__TASK DIRECTIONS__
From the entries below, output the line with "e33 v29 v30 LINE" and each following line up to and including the line with "face PLANE(AX(P(0,-4.572,0),D(0,1,0),D(-1,0,0))) rev", exactly as written.
··· SOURCE INFORMATION
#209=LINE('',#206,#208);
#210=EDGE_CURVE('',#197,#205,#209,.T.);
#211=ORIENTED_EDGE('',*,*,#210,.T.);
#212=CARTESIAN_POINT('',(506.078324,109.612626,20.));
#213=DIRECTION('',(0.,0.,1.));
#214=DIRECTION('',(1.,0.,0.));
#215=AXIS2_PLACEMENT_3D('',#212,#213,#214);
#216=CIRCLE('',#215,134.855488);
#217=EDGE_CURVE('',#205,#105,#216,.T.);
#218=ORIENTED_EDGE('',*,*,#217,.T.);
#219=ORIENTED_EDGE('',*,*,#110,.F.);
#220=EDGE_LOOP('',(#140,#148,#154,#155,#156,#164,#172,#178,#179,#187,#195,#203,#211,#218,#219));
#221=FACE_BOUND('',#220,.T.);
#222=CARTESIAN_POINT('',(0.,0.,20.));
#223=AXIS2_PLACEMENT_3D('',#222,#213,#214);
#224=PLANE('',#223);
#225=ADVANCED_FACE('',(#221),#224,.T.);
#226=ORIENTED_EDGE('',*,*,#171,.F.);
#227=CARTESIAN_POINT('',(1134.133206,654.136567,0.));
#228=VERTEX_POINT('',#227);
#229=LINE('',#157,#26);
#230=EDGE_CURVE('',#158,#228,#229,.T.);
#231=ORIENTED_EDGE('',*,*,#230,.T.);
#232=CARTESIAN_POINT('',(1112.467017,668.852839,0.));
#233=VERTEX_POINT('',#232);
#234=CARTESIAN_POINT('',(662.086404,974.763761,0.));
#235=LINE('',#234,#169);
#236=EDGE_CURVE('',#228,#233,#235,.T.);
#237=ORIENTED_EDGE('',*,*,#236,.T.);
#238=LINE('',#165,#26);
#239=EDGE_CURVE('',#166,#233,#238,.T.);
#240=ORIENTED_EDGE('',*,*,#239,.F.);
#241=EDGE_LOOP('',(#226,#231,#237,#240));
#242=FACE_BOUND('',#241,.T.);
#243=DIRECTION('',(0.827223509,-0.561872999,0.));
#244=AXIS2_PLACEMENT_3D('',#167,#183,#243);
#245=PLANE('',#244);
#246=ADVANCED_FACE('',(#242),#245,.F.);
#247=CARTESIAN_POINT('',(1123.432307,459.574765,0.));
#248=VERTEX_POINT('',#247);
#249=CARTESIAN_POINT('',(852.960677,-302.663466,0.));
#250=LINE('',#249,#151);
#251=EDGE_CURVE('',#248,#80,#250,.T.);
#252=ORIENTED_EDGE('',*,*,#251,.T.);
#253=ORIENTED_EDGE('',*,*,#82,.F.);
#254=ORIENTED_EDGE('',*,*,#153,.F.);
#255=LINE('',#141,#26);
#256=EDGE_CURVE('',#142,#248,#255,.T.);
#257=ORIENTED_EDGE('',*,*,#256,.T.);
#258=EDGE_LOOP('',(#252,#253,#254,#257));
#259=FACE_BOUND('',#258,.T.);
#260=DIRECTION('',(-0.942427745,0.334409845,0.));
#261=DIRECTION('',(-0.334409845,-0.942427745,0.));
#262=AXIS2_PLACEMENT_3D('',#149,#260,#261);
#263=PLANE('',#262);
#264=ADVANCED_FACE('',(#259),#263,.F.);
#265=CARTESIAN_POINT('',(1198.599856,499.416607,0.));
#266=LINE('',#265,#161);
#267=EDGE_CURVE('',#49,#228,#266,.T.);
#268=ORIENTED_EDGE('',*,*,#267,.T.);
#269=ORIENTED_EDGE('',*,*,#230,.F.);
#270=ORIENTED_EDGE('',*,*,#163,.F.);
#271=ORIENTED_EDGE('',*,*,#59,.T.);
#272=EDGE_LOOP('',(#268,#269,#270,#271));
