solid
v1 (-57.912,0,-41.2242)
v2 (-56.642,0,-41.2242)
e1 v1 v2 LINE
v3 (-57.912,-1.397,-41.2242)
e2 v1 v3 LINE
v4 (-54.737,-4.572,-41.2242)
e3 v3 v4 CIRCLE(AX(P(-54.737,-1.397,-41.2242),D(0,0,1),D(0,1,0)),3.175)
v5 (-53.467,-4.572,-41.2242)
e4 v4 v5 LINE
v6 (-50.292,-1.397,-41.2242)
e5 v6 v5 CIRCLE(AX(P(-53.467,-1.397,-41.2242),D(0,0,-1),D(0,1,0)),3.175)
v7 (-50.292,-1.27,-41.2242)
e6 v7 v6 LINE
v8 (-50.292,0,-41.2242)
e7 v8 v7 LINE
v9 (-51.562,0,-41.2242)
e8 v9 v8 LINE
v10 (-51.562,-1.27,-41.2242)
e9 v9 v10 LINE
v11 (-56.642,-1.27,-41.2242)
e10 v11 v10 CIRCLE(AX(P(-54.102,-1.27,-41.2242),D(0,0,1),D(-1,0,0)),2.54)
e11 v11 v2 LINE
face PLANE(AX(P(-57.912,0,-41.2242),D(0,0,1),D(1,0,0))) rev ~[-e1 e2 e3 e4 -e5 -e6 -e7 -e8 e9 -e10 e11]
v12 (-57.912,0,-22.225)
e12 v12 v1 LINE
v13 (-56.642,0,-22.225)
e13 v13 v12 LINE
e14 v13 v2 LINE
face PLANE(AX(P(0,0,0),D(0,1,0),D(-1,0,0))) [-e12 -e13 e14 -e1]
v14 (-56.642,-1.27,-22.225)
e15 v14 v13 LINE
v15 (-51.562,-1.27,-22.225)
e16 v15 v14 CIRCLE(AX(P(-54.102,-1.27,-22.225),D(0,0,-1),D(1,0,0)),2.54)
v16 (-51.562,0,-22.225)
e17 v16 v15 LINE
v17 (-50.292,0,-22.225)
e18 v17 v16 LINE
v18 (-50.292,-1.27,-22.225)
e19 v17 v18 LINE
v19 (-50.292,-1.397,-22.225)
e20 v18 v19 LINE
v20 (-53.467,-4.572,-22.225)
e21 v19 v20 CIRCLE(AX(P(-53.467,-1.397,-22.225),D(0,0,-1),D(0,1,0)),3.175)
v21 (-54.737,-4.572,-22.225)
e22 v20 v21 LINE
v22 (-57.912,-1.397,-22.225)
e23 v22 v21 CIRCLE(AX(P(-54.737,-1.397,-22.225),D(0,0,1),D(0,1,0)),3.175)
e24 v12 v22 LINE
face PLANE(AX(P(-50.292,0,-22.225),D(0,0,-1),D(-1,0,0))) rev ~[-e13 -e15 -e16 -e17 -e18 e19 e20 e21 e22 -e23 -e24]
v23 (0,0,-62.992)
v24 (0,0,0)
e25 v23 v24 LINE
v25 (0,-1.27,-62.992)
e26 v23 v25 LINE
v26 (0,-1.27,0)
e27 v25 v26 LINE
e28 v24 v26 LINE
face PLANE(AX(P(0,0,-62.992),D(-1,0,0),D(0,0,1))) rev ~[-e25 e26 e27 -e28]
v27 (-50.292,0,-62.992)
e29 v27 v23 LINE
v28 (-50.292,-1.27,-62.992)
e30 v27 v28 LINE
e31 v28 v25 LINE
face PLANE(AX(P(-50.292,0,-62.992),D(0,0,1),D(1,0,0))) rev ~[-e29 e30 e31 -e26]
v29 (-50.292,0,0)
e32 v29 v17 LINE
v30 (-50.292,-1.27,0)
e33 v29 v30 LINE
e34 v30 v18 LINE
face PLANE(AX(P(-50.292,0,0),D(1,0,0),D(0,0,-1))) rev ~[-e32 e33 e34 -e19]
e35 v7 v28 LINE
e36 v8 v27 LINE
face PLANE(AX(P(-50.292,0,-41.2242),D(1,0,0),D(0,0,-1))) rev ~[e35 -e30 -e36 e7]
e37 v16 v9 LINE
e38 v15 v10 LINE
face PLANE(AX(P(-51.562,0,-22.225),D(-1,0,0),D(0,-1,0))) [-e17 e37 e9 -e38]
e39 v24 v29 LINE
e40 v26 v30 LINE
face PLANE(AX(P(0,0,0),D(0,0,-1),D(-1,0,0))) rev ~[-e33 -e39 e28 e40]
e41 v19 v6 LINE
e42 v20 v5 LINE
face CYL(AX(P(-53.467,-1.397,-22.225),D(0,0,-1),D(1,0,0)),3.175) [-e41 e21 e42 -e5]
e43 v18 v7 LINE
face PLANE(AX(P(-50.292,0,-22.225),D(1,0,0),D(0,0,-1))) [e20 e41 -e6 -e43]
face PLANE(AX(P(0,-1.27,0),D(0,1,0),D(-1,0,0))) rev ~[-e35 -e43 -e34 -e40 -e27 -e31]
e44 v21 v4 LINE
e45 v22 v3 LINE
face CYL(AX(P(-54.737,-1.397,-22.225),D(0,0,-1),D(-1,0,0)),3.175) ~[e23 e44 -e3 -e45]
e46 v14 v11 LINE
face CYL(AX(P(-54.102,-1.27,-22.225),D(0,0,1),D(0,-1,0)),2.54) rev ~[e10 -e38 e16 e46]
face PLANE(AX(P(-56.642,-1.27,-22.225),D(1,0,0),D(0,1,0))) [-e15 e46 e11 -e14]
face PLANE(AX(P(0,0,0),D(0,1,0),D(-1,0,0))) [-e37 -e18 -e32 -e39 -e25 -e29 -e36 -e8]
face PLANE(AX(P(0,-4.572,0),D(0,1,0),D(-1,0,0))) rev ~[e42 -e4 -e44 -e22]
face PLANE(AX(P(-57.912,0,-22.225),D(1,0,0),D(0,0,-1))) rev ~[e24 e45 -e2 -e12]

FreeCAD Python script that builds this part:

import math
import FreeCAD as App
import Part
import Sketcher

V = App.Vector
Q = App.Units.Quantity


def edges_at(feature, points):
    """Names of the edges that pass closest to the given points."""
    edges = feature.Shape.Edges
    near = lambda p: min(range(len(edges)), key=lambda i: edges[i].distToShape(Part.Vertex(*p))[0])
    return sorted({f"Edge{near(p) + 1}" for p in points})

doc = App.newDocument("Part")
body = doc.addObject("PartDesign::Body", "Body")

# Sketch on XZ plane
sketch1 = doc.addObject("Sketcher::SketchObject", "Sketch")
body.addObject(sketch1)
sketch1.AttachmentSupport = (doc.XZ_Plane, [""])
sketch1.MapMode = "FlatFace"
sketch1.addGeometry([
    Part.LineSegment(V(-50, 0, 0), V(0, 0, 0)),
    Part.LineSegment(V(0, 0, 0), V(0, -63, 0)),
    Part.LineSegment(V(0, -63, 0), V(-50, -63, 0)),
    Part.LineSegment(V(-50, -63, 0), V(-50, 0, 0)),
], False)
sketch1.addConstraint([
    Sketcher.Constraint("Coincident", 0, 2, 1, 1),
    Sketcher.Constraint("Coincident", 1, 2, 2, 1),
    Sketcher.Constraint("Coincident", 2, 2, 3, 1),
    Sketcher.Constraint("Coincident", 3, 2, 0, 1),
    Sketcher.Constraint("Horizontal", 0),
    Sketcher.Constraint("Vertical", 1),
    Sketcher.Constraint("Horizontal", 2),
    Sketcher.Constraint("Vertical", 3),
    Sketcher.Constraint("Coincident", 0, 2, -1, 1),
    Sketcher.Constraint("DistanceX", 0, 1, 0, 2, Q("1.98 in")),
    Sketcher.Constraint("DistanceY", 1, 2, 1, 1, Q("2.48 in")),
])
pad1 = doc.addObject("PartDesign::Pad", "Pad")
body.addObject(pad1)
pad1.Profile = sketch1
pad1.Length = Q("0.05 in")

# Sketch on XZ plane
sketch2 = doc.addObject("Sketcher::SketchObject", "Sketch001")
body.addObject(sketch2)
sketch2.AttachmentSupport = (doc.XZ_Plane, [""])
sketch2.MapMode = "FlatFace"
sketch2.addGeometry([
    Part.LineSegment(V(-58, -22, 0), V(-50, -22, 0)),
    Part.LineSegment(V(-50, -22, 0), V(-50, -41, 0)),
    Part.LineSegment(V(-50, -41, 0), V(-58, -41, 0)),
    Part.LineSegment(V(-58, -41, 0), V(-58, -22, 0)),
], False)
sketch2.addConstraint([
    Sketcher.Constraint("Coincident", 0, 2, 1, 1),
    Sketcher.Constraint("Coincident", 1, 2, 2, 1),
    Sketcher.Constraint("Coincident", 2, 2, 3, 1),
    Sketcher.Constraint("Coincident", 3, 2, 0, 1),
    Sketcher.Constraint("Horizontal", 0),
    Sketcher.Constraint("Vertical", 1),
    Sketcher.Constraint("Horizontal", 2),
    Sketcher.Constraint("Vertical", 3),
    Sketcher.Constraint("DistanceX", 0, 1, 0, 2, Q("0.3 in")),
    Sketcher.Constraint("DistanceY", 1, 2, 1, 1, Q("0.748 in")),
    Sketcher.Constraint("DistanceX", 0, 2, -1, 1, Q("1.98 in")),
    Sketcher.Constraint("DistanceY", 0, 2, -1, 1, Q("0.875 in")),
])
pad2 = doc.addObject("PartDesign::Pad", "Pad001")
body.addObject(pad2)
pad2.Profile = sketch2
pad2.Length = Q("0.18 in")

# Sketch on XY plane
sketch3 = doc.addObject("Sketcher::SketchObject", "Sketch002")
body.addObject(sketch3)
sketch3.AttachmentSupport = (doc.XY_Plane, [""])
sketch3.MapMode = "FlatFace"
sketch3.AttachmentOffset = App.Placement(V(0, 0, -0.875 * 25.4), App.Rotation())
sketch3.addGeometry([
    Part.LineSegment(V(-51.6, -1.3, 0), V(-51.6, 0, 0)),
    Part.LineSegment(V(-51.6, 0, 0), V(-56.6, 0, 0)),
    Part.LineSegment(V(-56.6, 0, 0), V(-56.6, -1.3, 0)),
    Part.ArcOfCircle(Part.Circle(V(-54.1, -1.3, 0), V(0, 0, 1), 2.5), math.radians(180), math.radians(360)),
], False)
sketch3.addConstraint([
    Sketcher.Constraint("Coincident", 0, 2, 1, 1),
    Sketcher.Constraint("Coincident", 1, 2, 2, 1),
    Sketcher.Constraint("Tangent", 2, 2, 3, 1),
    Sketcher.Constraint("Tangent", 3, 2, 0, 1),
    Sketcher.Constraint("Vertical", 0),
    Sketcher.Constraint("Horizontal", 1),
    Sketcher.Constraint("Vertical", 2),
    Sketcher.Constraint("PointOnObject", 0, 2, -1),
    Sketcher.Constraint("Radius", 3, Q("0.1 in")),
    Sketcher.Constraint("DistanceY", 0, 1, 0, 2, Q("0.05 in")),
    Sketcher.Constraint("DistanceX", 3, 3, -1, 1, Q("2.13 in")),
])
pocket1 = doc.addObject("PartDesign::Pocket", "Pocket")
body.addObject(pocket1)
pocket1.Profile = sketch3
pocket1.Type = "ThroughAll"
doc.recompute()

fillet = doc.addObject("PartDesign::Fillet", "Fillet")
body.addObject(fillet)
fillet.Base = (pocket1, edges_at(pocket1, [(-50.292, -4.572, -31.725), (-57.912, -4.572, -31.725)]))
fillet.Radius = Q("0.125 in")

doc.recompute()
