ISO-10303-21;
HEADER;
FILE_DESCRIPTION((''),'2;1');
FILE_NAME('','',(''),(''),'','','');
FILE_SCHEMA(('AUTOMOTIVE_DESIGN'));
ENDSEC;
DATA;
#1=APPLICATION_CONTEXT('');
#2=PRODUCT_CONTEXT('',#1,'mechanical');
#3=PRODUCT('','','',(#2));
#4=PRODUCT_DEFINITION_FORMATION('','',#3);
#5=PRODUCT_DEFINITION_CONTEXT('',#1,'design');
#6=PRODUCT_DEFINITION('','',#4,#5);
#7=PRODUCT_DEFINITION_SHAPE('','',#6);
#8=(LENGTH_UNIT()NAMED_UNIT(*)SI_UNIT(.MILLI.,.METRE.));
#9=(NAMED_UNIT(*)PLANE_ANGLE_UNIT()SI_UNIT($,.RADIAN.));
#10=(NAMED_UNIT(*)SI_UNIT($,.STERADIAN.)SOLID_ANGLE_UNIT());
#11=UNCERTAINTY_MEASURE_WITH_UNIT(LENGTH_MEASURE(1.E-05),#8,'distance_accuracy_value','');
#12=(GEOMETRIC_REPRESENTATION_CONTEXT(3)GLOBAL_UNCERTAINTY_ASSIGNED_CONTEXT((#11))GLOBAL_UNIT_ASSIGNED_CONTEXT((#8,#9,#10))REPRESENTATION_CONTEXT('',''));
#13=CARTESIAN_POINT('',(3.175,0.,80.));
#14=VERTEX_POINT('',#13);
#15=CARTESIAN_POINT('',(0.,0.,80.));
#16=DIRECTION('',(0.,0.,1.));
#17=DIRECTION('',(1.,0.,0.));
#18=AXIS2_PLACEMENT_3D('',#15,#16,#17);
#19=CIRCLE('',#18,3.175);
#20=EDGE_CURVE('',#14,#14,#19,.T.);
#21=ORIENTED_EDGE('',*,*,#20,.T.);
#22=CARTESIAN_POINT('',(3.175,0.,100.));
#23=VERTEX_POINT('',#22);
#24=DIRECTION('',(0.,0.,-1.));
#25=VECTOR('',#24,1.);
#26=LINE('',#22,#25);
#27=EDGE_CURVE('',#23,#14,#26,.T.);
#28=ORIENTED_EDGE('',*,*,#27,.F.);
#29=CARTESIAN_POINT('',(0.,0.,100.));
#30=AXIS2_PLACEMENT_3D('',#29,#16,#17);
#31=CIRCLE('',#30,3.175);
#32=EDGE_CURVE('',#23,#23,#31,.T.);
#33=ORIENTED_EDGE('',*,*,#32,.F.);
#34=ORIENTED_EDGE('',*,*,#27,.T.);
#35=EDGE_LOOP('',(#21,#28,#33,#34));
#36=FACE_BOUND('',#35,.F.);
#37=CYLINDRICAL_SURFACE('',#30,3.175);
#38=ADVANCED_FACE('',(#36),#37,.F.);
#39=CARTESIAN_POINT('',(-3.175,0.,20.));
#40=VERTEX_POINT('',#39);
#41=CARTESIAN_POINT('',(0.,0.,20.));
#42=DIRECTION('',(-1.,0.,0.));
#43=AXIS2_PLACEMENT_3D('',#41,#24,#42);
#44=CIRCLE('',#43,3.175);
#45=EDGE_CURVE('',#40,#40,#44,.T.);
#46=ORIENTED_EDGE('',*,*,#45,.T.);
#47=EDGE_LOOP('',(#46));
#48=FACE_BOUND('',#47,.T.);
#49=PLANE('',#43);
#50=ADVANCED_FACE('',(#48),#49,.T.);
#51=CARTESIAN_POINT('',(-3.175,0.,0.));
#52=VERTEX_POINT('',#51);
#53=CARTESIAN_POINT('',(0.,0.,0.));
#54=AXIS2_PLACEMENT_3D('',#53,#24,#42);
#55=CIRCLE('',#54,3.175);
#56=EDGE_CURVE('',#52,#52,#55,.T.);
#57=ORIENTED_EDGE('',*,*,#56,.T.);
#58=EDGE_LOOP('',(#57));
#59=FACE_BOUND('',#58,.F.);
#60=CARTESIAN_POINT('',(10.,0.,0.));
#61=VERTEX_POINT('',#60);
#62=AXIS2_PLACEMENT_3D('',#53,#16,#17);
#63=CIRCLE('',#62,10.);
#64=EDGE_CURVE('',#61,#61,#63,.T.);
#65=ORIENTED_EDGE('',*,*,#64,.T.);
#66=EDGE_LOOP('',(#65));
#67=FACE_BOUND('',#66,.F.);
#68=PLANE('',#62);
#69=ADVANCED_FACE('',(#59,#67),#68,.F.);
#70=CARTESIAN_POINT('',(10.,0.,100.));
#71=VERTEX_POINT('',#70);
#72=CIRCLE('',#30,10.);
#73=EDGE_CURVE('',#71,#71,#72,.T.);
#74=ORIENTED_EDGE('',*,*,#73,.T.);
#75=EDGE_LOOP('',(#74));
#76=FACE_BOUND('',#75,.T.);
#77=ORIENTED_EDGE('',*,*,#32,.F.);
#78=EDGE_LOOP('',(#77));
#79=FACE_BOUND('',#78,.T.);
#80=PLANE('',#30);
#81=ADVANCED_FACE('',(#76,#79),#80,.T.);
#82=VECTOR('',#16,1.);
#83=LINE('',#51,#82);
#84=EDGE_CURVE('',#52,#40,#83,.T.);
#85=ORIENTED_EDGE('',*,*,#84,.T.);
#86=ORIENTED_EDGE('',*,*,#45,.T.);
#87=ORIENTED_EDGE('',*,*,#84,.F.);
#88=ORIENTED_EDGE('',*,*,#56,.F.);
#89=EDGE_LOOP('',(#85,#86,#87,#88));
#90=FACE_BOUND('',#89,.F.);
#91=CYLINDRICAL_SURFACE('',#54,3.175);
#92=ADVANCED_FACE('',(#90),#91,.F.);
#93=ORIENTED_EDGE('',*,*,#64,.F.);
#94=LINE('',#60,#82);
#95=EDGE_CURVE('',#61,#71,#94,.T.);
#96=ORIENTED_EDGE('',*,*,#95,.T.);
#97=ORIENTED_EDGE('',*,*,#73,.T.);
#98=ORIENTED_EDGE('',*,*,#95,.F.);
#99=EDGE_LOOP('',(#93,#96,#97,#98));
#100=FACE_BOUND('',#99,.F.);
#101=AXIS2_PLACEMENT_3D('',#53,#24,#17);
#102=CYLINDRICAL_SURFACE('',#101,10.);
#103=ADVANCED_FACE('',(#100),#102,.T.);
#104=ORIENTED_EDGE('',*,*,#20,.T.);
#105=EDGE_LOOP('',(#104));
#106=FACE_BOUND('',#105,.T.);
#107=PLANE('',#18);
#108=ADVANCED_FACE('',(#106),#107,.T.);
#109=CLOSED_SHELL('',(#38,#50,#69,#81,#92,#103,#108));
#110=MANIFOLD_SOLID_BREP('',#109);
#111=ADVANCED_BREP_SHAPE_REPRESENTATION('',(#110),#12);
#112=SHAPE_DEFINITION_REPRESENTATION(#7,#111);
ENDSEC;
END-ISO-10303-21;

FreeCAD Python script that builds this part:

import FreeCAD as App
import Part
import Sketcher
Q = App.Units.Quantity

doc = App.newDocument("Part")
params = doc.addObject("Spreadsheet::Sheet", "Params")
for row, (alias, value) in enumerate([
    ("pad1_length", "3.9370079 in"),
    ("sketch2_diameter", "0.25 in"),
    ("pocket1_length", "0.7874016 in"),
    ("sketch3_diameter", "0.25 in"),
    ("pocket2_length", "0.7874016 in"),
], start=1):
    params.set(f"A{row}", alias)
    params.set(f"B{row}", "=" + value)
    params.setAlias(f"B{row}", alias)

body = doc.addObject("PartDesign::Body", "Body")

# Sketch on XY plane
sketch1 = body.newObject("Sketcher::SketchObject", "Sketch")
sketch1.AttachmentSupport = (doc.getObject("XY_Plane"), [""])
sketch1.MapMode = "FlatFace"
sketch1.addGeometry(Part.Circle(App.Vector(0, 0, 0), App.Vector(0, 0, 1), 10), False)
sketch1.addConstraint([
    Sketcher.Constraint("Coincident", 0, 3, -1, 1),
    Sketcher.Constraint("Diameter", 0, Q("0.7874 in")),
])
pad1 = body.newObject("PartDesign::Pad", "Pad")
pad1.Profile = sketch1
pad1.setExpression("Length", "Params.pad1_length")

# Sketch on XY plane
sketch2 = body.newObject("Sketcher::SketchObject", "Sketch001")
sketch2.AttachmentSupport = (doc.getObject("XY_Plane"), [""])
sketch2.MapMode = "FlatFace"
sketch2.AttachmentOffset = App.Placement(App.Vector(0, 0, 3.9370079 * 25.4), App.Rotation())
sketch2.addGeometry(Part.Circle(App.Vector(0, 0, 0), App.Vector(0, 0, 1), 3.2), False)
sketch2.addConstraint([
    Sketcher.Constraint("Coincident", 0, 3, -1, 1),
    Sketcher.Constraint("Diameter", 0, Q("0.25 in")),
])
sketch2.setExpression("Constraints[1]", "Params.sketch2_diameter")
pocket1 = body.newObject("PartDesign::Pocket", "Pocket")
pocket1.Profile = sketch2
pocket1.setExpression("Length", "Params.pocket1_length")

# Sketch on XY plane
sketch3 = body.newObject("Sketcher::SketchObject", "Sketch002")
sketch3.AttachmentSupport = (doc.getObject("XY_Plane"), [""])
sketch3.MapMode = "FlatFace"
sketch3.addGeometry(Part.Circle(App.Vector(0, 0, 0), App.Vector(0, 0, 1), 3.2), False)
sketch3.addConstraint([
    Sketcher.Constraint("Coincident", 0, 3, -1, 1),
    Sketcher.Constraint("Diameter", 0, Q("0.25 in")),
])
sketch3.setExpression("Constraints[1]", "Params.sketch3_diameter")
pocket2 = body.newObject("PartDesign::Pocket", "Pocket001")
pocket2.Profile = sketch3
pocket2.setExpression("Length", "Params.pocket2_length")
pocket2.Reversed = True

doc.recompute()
······
__OUTPUT__
e33 v29 v30 LINE
e34 v30 v18 LINE
face PLANE(AX(P(-50.292,0,0),D(1,0,0),D(0,0,-1))) rev ~[-e32 e33 e34 -e19]
e35 v7 v28 LINE
e36 v8 v27 LINE
face PLANE(AX(P(-50.292,0,-41.2242),D(1,0,0),D(0,0,-1))) rev ~[e35 -e30 -e36 e7]
e37 v16 v9 LINE
e38 v15 v10 LINE
face PLANE(AX(P(-51.562,0,-22.225),D(-1,0,0),D(0,-1,0))) [-e17 e37 e9 -e38]
e39 v24 v29 LINE
e40 v26 v30 LINE
face PLANE(AX(P(0,0,0),D(0,0,-1),D(-1,0,0))) rev ~[-e33 -e39 e28 e40]
e41 v19 v6 LINE
e42 v20 v5 LINE
face CYL(AX(P(-53.467,-1.397,-22.225),D(0,0,-1),D(1,0,0)),3.175) [-e41 e21 e42 -e5]
e43 v18 v7 LINE
face PLANE(AX(P(-50.292,0,-22.225),D(1,0,0),D(0,0,-1))) [e20 e41 -e6 -e43]
face PLANE(AX(P(0,-1.27,0),D(0,1,0),D(-1,0,0))) rev ~[-e35 -e43 -e34 -e40 -e27 -e31]
e44 v21 v4 LINE
e45 v22 v3 LINE
face CYL(AX(P(-54.737,-1.397,-22.225),D(0,0,-1),D(-1,0,0)),3.175) ~[e23 e44 -e3 -e45]
e46 v14 v11 LINE
face CYL(AX(P(-54.102,-1.27,-22.225),D(0,0,1),D(0,-1,0)),2.54) rev ~[e10 -e38 e16 e46]
face PLANE(AX(P(-56.642,-1.27,-22.225),D(1,0,0),D(0,1,0))) [-e15 e46 e11 -e14]
face PLANE(AX(P(0,0,0),D(0,1,0),D(-1,0,0))) [-e37 -e18 -e32 -e39 -e25 -e29 -e36 -e8]
face PLANE(AX(P(0,-4.572,0),D(0,1,0),D(-1,0,0))) rev ~[e42 -e4 -e44 -e22]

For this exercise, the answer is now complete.